Find pairs with given sum such that elements of pair are in different rows in Python

Finding pairs with a given sum from different rows in a matrix is a common problem in data structures. We need to find all pairs where one element comes from one row and the other from a different row, and their sum equals the target value.

So, if the input matrix is ?

2 4 3 5
6 9 8 7
10 11 14 12
13 1 15 16

And sum = 13, then the output will be [(4, 9), (5, 8), (2, 11), (3, 10), (12, 1)]

Algorithm

The approach uses a two-pointer technique after sorting each row ?

  • Sort each row of the matrix

  • For each pair of rows (i, j) where i < j

  • Use two pointers: low at the start of row i, high at the end of row j

  • If sum equals target, add the pair and move both pointers

  • If sum is less than target, move low pointer right

  • If sum is greater than target, move high pointer left

Implementation

def sum_pair(matrix, target_sum):
    result = []
    n = len(matrix)
    
    # Sort each row for two-pointer technique
    for i in range(n):
        matrix[i].sort()
    
    # Check all pairs of rows
    for i in range(n - 1):
        for j in range(i + 1, n):
            low = 0
            high = n - 1
            
            # Two-pointer approach
            while low < n and high >= 0:
                current_sum = matrix[i][low] + matrix[j][high]
                
                if current_sum == target_sum:
                    pair = (matrix[i][low], matrix[j][high])
                    result.append(pair)
                    low += 1
                    high -= 1
                elif current_sum < target_sum:
                    low += 1
                else:
                    high -= 1
    
    return result

# Test the function
matrix = [
    [2, 4, 3, 5],
    [6, 9, 8, 7],
    [10, 11, 14, 12],
    [13, 1, 15, 16]
]
target_sum = 13

pairs = sum_pair(matrix, target_sum)
print("Pairs with sum", target_sum, ":", pairs)
Pairs with sum 13 : [(4, 9), (5, 8), (2, 11), (3, 10), (12, 1)]

How It Works

The algorithm works by sorting each row first, which enables the two-pointer technique. For each pair of rows, we start with the smallest element from the first row and the largest from the second row. Based on their sum compared to the target, we move the appropriate pointer ?

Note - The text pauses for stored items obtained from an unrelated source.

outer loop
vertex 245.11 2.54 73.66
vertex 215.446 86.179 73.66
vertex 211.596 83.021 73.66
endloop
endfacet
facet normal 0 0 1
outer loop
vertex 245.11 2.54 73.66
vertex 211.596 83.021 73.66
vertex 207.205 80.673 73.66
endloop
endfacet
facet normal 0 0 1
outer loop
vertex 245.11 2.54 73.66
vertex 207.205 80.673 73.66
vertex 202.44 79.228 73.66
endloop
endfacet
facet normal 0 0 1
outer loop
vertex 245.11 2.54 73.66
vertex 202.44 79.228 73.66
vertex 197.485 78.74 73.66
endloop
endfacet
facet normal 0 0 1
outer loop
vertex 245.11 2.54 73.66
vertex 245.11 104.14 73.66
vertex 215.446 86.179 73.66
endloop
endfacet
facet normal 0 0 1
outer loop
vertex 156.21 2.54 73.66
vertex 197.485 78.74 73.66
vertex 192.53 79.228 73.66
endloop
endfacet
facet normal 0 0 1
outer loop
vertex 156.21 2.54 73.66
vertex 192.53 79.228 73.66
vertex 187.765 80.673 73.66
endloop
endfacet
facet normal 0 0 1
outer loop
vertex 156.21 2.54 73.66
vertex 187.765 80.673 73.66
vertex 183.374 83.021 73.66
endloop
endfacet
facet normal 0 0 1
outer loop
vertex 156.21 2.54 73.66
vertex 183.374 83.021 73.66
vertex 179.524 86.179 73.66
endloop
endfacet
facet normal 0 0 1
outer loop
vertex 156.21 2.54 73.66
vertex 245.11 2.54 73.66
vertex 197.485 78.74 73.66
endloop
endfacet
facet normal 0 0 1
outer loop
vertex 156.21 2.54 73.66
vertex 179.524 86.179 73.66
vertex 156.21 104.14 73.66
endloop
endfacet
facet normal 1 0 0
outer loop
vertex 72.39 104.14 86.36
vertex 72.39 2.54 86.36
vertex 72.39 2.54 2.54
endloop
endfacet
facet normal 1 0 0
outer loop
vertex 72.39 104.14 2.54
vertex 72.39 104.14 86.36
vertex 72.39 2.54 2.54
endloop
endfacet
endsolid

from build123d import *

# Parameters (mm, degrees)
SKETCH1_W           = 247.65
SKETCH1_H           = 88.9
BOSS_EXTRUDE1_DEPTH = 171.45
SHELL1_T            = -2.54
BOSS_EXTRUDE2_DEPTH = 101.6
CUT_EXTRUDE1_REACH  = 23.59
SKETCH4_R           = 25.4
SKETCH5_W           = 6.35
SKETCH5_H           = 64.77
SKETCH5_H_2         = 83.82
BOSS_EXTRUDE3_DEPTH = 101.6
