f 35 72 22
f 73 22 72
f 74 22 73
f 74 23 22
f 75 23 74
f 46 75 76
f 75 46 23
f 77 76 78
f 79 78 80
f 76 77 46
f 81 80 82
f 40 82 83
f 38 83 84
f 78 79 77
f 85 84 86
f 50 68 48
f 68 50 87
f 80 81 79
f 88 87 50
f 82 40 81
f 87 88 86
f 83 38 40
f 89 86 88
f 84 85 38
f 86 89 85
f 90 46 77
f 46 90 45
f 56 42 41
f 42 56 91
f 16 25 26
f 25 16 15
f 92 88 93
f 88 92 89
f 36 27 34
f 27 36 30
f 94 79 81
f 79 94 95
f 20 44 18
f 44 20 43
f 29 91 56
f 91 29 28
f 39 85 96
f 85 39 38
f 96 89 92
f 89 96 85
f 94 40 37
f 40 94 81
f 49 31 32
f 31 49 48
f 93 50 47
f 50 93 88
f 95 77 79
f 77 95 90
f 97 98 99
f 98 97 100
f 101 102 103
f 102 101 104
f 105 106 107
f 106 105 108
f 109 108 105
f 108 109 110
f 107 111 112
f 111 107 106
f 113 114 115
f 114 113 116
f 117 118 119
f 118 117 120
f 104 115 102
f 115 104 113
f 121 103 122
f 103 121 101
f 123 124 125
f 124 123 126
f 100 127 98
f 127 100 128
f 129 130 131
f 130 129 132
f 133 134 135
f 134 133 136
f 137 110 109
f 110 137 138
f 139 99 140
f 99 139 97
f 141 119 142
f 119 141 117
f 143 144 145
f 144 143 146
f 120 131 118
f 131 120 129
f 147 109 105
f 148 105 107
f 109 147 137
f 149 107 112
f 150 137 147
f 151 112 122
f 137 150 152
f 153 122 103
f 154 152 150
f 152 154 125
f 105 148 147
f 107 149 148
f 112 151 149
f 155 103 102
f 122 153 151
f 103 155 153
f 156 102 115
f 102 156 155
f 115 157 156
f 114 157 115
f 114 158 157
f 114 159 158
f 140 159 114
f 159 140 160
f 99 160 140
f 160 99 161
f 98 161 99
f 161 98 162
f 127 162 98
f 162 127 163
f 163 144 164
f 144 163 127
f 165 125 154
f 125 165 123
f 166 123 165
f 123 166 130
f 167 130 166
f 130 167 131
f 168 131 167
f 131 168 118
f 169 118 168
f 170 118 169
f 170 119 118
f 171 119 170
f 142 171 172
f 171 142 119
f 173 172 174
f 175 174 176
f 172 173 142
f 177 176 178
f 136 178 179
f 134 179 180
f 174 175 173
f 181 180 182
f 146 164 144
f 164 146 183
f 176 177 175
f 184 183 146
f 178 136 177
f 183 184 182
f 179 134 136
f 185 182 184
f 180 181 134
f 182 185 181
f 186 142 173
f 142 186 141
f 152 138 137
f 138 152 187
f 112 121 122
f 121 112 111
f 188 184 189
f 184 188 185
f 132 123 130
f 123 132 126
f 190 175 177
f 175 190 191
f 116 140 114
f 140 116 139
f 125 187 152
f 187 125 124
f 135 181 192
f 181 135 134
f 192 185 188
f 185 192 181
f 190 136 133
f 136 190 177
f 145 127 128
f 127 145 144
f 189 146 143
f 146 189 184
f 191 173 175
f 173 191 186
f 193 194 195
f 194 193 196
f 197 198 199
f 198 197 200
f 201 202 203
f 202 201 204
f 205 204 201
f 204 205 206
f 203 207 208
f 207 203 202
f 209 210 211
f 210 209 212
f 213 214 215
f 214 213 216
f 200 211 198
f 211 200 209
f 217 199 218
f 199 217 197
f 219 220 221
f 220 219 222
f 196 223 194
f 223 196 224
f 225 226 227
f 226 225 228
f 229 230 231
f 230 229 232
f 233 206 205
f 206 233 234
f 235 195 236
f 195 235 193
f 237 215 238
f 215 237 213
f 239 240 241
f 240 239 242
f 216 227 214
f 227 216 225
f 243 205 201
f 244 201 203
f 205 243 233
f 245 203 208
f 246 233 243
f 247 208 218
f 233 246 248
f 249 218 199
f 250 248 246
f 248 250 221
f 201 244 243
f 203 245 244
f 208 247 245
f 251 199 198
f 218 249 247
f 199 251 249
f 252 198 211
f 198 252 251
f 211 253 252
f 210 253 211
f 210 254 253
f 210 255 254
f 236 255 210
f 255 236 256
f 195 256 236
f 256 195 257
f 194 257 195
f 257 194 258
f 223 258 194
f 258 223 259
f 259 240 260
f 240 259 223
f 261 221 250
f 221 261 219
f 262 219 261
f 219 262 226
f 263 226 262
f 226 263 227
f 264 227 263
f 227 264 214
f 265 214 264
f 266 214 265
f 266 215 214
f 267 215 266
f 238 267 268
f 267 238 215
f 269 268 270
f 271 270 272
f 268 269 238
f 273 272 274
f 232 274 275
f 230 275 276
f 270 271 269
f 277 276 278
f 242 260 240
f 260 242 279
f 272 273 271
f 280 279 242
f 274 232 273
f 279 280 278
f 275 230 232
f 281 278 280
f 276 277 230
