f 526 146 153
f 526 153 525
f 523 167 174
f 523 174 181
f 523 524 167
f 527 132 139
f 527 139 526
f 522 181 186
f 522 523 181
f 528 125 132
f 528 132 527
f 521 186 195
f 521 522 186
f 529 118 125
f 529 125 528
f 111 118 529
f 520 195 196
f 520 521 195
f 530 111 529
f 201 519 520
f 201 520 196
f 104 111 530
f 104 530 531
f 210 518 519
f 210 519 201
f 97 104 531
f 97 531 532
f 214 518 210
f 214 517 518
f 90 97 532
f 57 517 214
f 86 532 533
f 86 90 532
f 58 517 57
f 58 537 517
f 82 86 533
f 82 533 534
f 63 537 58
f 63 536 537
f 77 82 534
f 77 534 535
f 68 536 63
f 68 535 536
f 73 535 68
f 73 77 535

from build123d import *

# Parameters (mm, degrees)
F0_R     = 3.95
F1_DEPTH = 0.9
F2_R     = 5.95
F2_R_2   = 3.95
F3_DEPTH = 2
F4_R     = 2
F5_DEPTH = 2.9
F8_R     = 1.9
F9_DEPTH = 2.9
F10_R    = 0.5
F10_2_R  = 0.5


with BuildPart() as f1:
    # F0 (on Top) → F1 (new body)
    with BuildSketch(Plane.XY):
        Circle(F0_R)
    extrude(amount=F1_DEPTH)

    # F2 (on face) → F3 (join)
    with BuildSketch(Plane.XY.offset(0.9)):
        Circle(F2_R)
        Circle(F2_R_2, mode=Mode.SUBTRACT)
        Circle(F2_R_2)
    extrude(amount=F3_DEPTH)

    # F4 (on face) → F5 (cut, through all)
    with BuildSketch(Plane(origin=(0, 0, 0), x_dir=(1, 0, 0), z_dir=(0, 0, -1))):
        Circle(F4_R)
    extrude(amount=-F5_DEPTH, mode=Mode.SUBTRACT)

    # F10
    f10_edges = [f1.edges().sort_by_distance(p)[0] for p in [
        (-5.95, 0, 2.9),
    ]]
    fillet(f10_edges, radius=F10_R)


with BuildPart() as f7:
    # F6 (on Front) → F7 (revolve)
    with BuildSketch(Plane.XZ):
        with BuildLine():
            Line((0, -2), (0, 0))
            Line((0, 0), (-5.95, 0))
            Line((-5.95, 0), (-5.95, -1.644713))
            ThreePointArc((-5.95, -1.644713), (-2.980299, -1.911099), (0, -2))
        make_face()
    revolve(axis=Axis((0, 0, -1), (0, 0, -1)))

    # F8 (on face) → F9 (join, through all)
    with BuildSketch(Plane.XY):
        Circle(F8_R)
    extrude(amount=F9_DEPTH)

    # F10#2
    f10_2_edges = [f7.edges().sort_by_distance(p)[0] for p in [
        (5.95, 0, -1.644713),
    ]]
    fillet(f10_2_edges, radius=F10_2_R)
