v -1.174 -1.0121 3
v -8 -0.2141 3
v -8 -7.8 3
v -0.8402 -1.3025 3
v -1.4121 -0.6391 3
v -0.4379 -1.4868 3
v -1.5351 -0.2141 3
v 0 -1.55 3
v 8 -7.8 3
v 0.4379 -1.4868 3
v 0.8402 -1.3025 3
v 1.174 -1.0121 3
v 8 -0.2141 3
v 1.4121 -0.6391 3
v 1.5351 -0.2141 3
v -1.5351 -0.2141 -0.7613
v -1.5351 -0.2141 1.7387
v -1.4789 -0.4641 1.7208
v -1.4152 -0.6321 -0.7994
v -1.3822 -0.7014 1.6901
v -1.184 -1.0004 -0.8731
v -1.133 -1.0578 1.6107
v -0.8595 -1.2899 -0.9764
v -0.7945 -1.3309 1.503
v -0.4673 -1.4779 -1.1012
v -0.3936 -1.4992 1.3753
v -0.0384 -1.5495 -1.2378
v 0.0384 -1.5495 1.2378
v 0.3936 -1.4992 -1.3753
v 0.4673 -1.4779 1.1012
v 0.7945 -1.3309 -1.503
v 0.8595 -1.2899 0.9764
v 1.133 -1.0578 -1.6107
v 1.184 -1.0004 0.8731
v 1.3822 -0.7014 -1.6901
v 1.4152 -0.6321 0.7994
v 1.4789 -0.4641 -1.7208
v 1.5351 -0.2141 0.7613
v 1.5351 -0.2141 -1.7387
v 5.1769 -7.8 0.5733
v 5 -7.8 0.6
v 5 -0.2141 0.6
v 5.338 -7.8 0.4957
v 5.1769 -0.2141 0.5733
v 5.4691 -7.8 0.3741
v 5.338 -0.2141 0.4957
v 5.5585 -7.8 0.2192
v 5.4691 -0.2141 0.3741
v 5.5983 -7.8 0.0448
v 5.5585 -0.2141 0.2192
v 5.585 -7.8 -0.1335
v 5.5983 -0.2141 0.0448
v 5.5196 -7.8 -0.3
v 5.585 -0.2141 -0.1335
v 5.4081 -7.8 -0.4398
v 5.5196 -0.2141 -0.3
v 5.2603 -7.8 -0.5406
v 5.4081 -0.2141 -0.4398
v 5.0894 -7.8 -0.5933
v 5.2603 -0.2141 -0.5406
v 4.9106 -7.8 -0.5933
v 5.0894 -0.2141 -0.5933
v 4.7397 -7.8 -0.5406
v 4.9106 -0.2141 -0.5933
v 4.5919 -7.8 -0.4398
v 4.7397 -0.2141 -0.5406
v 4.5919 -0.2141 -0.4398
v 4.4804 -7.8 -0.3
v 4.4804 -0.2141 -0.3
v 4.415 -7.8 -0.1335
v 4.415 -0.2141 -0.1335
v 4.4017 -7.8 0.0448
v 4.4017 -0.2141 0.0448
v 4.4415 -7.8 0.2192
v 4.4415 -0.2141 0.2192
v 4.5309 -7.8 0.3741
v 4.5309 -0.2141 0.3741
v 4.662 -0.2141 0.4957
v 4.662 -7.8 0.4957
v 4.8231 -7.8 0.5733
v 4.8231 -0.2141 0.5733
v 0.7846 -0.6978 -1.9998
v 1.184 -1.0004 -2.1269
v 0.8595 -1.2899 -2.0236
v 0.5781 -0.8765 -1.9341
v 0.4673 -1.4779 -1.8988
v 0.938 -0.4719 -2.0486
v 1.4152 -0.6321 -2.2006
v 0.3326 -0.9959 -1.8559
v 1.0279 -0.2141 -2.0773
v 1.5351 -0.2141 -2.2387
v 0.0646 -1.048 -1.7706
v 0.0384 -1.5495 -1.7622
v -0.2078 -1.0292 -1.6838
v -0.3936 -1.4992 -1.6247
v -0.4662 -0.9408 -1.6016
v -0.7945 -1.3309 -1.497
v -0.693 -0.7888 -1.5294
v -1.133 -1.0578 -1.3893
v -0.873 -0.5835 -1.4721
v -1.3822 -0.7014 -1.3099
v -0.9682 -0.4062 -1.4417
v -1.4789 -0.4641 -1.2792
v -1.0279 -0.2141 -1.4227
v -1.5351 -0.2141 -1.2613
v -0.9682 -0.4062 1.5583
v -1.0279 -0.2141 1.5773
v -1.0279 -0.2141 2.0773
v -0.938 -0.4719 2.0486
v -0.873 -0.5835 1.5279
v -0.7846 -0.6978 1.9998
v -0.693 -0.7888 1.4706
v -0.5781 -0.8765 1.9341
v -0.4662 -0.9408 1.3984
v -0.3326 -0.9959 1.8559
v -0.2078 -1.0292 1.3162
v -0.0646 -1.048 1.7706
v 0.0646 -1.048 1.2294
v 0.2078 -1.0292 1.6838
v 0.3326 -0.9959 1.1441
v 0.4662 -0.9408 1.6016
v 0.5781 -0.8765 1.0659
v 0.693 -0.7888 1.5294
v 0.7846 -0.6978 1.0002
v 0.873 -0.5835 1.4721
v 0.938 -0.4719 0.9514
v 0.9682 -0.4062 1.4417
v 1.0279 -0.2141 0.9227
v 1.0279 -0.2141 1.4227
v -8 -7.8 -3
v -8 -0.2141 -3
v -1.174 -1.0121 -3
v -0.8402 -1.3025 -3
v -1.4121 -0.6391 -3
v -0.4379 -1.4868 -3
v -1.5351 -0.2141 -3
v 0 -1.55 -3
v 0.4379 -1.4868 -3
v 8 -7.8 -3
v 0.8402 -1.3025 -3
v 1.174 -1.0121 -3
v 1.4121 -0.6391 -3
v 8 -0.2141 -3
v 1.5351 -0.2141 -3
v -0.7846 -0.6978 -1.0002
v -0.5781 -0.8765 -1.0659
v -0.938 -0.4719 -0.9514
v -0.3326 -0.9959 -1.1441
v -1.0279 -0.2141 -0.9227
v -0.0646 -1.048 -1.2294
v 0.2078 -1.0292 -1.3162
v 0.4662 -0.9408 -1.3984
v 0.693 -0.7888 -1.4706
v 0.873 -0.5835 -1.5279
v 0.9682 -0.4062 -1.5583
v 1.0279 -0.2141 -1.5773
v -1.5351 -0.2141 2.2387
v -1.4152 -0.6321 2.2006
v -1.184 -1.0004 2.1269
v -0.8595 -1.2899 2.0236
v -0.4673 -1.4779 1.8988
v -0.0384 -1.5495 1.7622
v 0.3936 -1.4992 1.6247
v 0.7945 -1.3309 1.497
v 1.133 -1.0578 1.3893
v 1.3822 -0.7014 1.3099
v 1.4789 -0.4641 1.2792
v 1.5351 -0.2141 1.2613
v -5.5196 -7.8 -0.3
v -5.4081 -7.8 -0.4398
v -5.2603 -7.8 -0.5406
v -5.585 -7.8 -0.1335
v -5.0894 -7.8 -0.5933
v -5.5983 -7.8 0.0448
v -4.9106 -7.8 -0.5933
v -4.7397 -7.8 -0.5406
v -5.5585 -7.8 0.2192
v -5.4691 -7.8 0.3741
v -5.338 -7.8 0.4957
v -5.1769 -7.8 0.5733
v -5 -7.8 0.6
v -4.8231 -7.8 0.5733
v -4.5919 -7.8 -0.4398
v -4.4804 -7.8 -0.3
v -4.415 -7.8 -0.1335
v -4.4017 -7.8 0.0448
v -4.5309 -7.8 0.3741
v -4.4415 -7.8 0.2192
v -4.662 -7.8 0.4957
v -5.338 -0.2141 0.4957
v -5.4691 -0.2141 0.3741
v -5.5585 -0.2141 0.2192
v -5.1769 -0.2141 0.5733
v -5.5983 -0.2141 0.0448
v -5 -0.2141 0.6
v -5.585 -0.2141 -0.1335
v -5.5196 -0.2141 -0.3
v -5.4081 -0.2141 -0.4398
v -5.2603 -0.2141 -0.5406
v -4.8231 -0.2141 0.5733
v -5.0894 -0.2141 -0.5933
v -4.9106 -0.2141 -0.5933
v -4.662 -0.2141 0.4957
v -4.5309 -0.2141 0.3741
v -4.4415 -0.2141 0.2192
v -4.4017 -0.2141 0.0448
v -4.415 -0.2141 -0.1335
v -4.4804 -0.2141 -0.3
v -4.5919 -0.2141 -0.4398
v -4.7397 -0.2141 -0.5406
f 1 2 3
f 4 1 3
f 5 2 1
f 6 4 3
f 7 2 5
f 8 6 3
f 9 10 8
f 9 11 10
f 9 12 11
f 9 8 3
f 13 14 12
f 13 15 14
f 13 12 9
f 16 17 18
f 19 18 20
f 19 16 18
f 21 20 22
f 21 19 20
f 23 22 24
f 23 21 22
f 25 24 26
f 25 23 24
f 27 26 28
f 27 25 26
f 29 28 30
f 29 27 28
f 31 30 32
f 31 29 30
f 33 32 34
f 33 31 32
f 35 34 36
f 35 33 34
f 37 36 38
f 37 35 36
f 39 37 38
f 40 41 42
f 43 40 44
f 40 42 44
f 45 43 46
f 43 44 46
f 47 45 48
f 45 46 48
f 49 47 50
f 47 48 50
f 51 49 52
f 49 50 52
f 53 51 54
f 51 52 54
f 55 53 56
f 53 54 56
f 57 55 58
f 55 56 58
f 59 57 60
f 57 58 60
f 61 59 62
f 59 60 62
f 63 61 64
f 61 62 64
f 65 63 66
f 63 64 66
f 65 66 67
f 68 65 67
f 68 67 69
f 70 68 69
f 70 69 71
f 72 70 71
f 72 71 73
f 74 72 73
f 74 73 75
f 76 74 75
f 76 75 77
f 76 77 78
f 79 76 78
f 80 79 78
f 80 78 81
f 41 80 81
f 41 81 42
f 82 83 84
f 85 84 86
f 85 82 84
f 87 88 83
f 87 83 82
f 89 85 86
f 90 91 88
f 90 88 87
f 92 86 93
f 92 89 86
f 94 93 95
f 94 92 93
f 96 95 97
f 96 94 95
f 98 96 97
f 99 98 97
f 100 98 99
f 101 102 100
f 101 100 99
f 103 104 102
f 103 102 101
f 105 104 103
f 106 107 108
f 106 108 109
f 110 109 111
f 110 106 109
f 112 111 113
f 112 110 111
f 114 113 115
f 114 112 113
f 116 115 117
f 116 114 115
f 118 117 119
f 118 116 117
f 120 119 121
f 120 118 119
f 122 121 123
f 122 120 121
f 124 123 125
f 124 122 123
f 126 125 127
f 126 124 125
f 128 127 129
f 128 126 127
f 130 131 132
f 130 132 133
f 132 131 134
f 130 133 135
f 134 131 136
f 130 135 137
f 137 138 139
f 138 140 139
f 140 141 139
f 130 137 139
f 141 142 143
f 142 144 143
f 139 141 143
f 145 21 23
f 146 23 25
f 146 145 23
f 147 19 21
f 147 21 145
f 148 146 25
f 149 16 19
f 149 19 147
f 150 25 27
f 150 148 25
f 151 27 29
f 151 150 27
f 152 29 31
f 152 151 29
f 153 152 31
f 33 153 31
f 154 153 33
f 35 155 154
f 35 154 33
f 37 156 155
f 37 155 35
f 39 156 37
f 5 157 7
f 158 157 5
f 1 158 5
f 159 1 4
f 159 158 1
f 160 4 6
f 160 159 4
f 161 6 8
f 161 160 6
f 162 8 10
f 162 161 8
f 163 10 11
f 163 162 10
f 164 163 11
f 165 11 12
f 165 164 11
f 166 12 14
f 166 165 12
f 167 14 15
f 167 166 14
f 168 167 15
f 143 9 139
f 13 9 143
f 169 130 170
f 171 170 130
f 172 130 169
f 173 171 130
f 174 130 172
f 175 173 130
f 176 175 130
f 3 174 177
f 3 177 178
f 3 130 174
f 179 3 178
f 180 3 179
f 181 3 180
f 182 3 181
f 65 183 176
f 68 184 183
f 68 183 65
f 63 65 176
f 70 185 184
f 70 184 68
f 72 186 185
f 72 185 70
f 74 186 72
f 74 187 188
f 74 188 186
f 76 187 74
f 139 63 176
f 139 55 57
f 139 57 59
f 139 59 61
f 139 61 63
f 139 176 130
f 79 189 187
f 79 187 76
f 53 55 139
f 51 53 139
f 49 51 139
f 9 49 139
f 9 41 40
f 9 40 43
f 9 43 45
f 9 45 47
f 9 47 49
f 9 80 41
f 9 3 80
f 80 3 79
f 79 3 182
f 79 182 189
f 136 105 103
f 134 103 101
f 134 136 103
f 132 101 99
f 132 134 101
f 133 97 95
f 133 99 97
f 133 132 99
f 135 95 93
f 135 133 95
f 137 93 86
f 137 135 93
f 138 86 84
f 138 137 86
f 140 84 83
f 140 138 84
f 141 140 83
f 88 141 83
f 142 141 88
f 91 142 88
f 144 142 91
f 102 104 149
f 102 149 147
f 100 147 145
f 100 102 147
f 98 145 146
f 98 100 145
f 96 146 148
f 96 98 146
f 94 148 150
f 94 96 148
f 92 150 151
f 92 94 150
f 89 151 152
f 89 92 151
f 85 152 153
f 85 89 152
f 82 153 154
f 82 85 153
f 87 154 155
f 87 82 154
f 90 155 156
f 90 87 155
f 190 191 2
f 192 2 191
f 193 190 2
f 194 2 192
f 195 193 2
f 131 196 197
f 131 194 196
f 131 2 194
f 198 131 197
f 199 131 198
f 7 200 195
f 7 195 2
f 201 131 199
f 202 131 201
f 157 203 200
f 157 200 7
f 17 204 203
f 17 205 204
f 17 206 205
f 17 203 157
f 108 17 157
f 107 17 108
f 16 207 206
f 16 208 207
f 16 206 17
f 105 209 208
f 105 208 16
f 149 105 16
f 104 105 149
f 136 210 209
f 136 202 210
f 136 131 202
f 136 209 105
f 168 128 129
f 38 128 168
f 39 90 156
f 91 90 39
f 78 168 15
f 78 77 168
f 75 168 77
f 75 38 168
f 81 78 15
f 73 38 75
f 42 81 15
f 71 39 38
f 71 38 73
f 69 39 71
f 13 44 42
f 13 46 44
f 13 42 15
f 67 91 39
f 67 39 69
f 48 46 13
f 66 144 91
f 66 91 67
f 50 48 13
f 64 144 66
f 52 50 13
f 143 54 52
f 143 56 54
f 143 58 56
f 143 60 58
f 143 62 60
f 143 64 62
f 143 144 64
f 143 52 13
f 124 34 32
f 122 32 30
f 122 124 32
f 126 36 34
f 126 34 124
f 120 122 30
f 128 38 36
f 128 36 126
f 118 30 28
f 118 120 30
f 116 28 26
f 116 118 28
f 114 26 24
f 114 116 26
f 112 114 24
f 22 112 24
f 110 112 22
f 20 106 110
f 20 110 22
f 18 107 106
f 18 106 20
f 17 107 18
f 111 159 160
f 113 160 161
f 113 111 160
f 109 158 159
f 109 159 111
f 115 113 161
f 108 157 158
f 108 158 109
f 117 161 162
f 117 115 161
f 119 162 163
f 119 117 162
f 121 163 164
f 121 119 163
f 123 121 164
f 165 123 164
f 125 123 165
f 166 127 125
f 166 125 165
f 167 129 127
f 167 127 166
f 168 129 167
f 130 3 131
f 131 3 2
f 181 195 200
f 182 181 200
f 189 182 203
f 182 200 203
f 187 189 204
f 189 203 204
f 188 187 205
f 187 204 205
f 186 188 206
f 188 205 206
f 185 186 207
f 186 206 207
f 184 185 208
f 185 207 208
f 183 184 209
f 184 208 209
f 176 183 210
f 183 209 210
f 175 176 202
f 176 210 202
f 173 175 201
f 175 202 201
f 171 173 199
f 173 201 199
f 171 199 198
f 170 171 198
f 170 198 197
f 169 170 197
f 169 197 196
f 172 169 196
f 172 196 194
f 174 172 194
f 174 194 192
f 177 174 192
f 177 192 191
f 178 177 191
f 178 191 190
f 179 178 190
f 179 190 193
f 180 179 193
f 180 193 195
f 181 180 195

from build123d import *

# Parameters (mm, degrees)
SKETCH_1_W               = 16
SKETCH_1_H               = 16
SKETCH_1_R               = 1.55
EXTRUDE_1_DEPTH          = 3
EXTRUDE_2_DEPTH          = 8
CUT_EXTRUDE_2_DEPTH      = 12.704699911
CUT_EXTRUDE_2_DEPTH_BACK = 12.704699911
SKETCH_8_R               = 0.6
CUT_EXTRUDE_3_DEPTH      = 12.704699911
CUT_EXTRUDE_START        = -0.2
SKETCH_10_W              = 16
SKETCH_10_H              = 6
SKETCH_10_R              = 0.6
CUT_EXTRUDE_7_DEPTH      = 0.2


with BuildPart() as part:
    # 草图1 → 凸台-拉伸1 (new, symmetric)
    with BuildSketch(Plane.XY):
        Rectangle(SKETCH_1_W, SKETCH_1_H)
        Circle(SKETCH_1_R, mode=Mode.SUBTRACT)
    extrude(amount=EXTRUDE_1_DEPTH, both=True)

    # 草图6 → 凸台-拉伸2 (add)
    with BuildSketch(Plane(origin=(0, 0, 0), x_dir=(1, 0, 0), z_dir=(0, 1, 0))):
        Polygon((-1.55, -1.743476048), (-1.55, -2.243476048), (1.55, -1.256523952), (1.55, -0.756523952), align=None)
        Polygon((-1.55, 1.256523952), (-1.55, 0.756523952), (1.55, 1.743476048), (1.55, 2.243476048), align=None)
    extrude(amount=-EXTRUDE_2_DEPTH)

    # 草图7 → 切除-拉伸2 (cut, two sides: drawn at the far end of the back side and taken through both)
    with BuildSketch(Plane.XY.offset(-CUT_EXTRUDE_2_DEPTH_BACK)):
        with BuildLine():
            Line((-8, -0.214092961), (-1.027941732, -0.214092961))
            ThreePointArc((-1.027941732, -0.214092961), (-0.107613153, 1.044470875), (1.05, 0))
            ThreePointArc((1.05, 0), (1.044470875, -0.107613153), (1.027941732, -0.214092961))
            Line((1.027941732, -0.214092961), (8, -0.214092961))
            Line((8, -0.214092961), (8, 8))
            Line((8, 8), (-8, 8))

# Example walkthrough with rows [2,3,4,5] and [7,8,9,6] (after sorting: [6,7,8,9])
# Target sum = 13

row1 = [2, 3, 4, 5]  # already sorted
row2 = [6, 7, 8, 9]  # sorted version of [7,8,9,6]

print("Row 1:", row1)
print("Row 2:", row2)
print("Target sum:", 13)
print()

# Simulate two-pointer technique
low, high = 0, 3
while low < 4 and high >= 0:
    current_sum = row1[low] + row2[high]
    print(f"Checking: {row1[low]} + {row2[high]} = {current_sum}")
    
    if current_sum == 13:
        print(f"Found pair: ({row1[low]}, {row2[high]})")
        low += 1
        high -= 1
    elif current_sum < 13:
        print("Sum too small, move low pointer right")
        low += 1
    else:
        print("Sum too large, move high pointer left")
        high -= 1
    print()
Row 1: [2, 3, 4, 5]
Row 2: [6, 7, 8, 9]
Target sum: 13

Checking: 2 + 9 = 11
Sum too small, move low pointer right

Checking: 3 + 9 = 12
Sum too small, move low pointer right

Checking: 4 + 9 = 13
Found pair: (4, 9)

Checking: 5 + 8 = 13
Found pair: (5, 8)

Time Complexity

The time complexity is O(n³) where n is the number of rows/columns, as we check all pairs of rows and use two pointers for each pair. The space complexity is O(1) excluding the output list.

Conclusion

This approach efficiently finds all pairs with a given sum from different rows using the two-pointer technique. Sorting each row first enables the linear search within each row pair, making it optimal for this constraint.